**GIVEN DATA:**
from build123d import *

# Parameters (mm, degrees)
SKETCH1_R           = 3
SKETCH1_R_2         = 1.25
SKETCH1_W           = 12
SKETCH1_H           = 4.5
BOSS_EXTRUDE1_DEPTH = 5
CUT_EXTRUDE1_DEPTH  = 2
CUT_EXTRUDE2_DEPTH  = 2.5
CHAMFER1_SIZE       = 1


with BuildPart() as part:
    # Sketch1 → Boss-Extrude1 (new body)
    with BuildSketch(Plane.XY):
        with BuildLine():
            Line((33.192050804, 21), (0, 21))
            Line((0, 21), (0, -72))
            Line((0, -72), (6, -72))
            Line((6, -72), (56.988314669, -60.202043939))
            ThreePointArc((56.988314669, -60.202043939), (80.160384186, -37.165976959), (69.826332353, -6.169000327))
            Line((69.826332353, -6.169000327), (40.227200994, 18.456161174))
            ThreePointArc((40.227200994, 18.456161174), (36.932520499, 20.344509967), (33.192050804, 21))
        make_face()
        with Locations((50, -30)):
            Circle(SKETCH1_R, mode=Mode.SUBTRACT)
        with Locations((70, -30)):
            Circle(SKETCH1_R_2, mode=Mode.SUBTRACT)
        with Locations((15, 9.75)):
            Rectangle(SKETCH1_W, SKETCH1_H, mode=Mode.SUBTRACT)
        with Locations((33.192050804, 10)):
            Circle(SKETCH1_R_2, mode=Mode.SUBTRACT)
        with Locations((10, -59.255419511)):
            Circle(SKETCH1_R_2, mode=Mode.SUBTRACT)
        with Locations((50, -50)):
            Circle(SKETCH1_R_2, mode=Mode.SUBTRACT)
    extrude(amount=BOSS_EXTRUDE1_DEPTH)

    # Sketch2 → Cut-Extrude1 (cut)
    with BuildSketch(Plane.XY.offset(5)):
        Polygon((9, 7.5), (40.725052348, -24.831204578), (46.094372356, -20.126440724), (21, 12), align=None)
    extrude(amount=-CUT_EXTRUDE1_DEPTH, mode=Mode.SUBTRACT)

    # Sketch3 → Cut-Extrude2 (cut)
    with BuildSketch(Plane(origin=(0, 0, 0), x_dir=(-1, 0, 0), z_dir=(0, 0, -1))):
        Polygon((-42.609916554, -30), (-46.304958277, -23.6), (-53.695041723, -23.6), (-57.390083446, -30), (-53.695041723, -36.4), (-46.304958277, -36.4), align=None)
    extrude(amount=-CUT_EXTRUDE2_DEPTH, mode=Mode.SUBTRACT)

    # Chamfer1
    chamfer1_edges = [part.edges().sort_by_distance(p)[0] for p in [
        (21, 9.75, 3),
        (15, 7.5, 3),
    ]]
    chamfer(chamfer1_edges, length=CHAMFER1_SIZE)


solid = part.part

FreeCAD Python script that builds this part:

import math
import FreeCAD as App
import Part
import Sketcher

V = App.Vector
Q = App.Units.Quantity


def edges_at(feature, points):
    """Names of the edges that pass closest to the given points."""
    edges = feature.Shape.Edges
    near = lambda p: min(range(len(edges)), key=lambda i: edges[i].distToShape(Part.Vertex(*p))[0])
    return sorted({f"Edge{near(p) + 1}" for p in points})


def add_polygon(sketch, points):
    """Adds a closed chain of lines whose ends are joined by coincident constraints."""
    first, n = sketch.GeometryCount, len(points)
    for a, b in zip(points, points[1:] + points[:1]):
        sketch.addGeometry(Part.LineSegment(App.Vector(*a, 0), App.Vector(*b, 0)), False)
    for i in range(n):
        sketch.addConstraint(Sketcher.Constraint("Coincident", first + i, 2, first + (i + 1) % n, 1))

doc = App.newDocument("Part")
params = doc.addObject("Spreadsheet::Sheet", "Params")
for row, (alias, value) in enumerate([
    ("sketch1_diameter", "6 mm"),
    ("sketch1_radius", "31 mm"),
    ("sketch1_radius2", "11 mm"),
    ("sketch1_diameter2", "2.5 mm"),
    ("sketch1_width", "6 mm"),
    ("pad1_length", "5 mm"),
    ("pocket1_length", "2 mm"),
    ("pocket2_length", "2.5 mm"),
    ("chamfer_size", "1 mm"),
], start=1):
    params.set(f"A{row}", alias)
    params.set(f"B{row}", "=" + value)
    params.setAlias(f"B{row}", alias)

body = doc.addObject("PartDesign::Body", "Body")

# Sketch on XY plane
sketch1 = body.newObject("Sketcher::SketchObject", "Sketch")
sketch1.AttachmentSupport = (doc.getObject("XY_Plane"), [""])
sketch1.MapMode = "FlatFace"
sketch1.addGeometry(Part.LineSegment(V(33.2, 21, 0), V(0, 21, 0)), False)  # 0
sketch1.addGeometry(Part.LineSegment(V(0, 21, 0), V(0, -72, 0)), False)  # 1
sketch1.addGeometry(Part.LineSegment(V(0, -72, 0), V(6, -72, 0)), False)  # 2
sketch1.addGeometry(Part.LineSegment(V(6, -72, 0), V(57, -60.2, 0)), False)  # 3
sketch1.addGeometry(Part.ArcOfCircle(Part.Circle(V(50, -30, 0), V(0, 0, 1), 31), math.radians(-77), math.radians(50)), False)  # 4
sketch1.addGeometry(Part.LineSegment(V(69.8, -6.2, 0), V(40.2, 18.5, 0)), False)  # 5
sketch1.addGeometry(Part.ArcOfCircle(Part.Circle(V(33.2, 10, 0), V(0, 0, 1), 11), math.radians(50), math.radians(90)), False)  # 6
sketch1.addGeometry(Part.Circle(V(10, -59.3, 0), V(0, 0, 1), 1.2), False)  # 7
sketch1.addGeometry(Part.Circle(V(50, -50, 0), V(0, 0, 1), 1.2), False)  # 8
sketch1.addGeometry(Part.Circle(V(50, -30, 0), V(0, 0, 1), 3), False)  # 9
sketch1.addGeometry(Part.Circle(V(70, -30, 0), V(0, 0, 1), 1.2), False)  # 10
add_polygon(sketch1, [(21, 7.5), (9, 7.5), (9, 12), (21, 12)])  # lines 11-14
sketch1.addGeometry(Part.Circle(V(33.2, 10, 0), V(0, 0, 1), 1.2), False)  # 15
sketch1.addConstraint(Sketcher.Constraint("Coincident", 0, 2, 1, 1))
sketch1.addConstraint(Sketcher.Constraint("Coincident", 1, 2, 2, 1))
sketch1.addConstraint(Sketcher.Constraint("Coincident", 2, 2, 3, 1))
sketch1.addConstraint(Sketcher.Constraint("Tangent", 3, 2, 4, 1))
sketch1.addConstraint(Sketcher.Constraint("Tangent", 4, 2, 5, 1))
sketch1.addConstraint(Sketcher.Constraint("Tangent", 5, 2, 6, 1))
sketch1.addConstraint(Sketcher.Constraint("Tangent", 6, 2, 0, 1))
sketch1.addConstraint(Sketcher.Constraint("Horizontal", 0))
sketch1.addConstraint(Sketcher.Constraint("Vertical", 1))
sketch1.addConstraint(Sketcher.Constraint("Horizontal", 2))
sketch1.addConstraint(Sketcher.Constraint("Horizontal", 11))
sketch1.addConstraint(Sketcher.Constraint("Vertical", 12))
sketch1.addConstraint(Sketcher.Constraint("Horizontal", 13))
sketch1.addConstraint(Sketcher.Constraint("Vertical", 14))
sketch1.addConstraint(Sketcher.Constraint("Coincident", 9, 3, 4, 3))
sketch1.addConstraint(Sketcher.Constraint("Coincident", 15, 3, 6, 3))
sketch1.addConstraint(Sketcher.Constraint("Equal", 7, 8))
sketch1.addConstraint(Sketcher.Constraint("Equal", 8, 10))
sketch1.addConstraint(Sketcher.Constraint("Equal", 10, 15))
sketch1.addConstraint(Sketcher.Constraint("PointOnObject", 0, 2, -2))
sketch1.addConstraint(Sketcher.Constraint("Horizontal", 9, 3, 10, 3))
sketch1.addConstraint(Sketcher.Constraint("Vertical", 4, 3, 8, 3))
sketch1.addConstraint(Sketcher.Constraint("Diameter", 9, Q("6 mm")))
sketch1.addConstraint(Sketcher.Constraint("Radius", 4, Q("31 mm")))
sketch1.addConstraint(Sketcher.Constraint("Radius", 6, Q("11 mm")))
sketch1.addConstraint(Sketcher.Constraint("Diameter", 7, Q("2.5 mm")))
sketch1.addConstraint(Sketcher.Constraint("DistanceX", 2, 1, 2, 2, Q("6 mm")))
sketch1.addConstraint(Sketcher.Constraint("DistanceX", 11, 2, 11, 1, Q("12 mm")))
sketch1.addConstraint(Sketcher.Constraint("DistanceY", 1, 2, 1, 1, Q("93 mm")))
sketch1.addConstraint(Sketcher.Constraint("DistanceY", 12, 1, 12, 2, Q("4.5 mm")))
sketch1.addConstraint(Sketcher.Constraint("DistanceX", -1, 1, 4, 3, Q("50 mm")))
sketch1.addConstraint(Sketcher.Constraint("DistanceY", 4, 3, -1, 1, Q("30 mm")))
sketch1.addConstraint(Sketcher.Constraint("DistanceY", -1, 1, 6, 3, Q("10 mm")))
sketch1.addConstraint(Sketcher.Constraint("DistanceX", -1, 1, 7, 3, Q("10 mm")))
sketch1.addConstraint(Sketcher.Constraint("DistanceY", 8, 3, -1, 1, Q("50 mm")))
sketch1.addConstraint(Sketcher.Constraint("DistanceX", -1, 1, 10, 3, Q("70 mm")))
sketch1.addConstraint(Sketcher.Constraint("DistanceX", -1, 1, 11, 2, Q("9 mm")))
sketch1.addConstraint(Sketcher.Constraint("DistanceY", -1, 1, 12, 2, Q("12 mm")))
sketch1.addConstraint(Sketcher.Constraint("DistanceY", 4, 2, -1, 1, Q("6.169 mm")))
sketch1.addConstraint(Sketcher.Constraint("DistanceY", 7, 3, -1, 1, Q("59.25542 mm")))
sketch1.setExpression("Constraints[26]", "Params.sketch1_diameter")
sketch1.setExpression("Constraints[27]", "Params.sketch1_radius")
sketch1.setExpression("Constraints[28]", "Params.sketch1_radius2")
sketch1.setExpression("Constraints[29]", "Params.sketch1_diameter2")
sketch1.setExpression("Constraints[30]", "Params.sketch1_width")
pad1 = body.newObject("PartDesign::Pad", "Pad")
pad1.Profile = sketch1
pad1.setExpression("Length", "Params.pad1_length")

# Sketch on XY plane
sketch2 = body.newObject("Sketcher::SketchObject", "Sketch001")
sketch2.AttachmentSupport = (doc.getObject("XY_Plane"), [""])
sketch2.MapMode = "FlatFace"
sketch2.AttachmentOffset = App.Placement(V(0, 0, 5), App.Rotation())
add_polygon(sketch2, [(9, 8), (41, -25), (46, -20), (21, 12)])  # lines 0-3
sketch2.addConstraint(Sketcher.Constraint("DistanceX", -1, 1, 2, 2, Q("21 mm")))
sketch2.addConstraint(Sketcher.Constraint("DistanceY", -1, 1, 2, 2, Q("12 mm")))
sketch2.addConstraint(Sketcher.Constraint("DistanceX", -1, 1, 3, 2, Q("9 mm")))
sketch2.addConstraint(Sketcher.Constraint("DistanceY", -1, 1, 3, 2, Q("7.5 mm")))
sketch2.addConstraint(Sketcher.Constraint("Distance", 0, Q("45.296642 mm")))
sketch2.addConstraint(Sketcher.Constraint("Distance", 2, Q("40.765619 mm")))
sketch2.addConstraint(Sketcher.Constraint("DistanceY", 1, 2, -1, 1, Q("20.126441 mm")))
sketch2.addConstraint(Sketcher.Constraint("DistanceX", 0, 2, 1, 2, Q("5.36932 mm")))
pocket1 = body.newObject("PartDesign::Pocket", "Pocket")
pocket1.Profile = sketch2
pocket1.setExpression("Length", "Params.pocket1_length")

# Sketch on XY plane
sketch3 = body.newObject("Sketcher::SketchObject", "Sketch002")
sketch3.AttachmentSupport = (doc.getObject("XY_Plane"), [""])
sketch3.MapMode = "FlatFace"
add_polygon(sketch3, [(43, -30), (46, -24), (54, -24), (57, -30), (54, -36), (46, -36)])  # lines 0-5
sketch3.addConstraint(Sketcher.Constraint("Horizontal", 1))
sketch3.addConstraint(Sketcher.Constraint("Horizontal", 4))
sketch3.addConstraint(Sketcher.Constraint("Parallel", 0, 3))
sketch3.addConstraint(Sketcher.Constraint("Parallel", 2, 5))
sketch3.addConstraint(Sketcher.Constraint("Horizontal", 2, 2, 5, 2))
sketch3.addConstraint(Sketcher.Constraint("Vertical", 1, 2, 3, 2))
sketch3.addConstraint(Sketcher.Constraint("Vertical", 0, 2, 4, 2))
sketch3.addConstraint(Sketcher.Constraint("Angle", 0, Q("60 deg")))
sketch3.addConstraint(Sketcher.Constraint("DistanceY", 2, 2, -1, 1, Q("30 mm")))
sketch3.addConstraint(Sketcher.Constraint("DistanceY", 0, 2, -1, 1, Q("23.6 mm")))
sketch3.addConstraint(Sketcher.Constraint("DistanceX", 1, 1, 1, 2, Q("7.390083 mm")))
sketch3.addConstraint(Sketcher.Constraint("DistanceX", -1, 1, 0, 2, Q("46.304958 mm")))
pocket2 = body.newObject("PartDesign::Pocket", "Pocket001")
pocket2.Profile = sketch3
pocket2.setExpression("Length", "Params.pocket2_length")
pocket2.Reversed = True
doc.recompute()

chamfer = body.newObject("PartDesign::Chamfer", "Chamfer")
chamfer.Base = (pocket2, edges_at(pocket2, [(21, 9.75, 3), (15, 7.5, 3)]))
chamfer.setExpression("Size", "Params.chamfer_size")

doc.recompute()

---

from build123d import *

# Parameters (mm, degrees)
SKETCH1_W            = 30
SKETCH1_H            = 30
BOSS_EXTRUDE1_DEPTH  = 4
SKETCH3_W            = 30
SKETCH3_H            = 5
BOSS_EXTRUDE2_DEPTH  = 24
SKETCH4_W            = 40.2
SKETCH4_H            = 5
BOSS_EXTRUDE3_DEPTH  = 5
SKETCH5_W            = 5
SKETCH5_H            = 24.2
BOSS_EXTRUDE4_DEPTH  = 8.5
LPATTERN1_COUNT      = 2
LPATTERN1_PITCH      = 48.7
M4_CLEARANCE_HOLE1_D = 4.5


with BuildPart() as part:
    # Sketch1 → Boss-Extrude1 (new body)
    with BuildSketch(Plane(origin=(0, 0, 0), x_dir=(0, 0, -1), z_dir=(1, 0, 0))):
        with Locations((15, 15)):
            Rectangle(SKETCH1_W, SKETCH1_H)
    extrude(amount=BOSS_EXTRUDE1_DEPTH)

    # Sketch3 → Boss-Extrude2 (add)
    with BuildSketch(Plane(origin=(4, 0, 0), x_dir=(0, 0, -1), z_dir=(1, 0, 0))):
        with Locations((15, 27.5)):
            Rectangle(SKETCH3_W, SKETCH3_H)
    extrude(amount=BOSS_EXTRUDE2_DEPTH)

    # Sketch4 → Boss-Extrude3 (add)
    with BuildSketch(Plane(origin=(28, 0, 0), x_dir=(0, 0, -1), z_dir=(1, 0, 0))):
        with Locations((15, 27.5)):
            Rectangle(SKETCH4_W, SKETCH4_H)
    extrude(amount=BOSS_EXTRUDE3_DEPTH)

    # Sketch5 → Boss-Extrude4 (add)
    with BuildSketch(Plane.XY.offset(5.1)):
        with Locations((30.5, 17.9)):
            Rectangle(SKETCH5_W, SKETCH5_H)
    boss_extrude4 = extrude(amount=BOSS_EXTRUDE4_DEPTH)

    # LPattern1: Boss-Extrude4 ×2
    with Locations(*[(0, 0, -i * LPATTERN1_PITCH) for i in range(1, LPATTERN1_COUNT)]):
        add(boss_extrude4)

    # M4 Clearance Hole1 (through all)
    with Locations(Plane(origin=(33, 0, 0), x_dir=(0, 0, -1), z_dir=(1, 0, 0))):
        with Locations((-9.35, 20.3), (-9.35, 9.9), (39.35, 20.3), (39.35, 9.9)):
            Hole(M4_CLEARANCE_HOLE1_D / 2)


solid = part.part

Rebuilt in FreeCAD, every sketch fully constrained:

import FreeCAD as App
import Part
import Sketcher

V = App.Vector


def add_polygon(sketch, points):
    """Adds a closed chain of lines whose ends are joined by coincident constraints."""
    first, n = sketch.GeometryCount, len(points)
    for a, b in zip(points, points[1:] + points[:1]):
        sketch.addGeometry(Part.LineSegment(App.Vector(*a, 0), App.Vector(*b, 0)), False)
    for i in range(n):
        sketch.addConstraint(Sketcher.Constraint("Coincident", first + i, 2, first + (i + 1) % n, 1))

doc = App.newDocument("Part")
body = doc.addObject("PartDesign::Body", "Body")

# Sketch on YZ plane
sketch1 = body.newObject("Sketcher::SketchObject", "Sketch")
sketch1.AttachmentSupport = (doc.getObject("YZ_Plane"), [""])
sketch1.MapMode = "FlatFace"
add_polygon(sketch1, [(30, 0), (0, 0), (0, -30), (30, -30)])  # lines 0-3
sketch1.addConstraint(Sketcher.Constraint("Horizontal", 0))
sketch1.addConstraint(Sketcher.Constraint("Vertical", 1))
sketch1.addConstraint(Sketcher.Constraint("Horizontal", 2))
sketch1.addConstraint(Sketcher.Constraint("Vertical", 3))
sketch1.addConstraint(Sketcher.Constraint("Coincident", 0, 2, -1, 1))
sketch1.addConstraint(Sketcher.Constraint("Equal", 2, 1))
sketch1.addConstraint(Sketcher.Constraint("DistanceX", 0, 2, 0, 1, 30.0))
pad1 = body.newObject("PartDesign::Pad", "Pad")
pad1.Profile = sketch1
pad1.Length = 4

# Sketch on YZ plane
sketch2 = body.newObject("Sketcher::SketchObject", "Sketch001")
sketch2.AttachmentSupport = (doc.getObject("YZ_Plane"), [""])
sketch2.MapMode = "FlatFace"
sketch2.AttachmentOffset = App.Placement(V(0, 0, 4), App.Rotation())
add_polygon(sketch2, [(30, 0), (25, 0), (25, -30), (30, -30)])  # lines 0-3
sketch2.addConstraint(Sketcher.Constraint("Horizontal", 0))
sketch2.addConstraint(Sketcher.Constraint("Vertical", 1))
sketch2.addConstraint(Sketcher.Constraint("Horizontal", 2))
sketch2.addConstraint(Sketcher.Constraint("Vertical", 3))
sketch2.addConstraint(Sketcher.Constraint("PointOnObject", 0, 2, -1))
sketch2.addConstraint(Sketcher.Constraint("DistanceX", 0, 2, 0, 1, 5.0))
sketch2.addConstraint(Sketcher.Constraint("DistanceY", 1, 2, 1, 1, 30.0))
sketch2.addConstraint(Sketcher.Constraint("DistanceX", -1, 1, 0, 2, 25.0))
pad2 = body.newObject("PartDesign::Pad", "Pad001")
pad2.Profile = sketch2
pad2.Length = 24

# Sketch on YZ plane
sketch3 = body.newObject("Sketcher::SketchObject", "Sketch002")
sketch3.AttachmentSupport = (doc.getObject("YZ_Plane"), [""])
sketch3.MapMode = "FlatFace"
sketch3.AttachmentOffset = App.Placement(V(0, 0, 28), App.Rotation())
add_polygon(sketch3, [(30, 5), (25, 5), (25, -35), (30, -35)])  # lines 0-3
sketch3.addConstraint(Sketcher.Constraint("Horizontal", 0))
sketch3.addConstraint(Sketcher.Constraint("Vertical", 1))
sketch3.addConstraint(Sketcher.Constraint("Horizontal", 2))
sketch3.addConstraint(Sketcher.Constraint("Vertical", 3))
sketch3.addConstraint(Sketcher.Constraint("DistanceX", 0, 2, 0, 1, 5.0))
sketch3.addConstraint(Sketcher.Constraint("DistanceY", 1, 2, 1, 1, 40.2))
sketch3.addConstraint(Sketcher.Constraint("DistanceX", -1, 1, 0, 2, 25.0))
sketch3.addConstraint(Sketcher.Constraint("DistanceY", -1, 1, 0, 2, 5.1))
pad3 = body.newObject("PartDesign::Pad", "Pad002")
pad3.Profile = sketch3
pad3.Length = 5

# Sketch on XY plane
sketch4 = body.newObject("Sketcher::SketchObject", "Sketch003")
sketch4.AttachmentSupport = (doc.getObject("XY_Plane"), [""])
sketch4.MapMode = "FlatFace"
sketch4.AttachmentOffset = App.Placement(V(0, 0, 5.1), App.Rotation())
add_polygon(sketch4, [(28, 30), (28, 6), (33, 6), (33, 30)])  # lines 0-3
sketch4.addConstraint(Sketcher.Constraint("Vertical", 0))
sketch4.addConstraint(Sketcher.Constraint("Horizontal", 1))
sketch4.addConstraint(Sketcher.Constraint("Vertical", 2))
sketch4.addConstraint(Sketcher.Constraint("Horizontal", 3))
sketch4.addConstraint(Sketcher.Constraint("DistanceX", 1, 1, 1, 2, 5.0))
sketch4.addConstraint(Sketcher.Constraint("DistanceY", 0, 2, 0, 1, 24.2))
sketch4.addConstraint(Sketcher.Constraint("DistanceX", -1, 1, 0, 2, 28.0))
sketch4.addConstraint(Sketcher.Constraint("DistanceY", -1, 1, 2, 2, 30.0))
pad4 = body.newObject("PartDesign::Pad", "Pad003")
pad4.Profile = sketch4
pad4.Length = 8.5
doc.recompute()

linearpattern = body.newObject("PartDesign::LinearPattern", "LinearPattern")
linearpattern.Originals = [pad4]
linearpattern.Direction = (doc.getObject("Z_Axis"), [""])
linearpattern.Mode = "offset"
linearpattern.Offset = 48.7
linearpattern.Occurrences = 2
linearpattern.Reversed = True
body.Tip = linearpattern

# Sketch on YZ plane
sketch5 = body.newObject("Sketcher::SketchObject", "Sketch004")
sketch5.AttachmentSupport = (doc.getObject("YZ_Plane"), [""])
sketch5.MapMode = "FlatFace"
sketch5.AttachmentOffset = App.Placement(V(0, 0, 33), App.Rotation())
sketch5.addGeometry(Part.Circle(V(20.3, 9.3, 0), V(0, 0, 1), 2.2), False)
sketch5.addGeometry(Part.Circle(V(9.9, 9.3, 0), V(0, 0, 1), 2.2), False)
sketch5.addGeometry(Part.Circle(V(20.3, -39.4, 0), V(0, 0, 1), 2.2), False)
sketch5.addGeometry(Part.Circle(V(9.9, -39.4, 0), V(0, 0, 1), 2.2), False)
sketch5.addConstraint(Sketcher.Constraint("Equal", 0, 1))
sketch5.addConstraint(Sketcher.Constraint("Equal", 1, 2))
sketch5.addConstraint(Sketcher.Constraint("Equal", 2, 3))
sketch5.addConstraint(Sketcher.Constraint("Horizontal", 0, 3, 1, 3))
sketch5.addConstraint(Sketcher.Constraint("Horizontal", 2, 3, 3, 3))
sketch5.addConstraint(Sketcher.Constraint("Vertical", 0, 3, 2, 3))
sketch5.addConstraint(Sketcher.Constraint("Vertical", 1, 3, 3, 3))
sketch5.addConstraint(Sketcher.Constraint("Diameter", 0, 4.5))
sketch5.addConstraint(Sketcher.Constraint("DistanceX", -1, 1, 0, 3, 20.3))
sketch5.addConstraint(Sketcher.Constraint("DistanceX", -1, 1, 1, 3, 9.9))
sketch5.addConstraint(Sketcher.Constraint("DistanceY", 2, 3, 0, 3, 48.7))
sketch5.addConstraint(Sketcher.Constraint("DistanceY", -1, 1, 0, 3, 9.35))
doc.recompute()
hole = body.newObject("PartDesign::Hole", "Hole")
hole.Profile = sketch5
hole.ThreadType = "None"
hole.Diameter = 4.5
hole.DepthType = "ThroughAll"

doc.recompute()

**WORK TO COMPLETE:**
In the listing above, find the line with "chamfer1_edges = [part.edges().sort_by_distance(p)[0]" and the line with "FreeCAD Python script", then print exactly those lines and every line between them.

**ANSWER TO THE EXERCISE:**
    chamfer1_edges = [part.edges().sort_by_distance(p)[0] for p in [
        (21, 9.75, 3),
        (15, 7.5, 3),
    ]]
    chamfer(chamfer1_edges, length=CHAMFER1_SIZE)


solid = part.part

FreeCAD Python script that builds this part:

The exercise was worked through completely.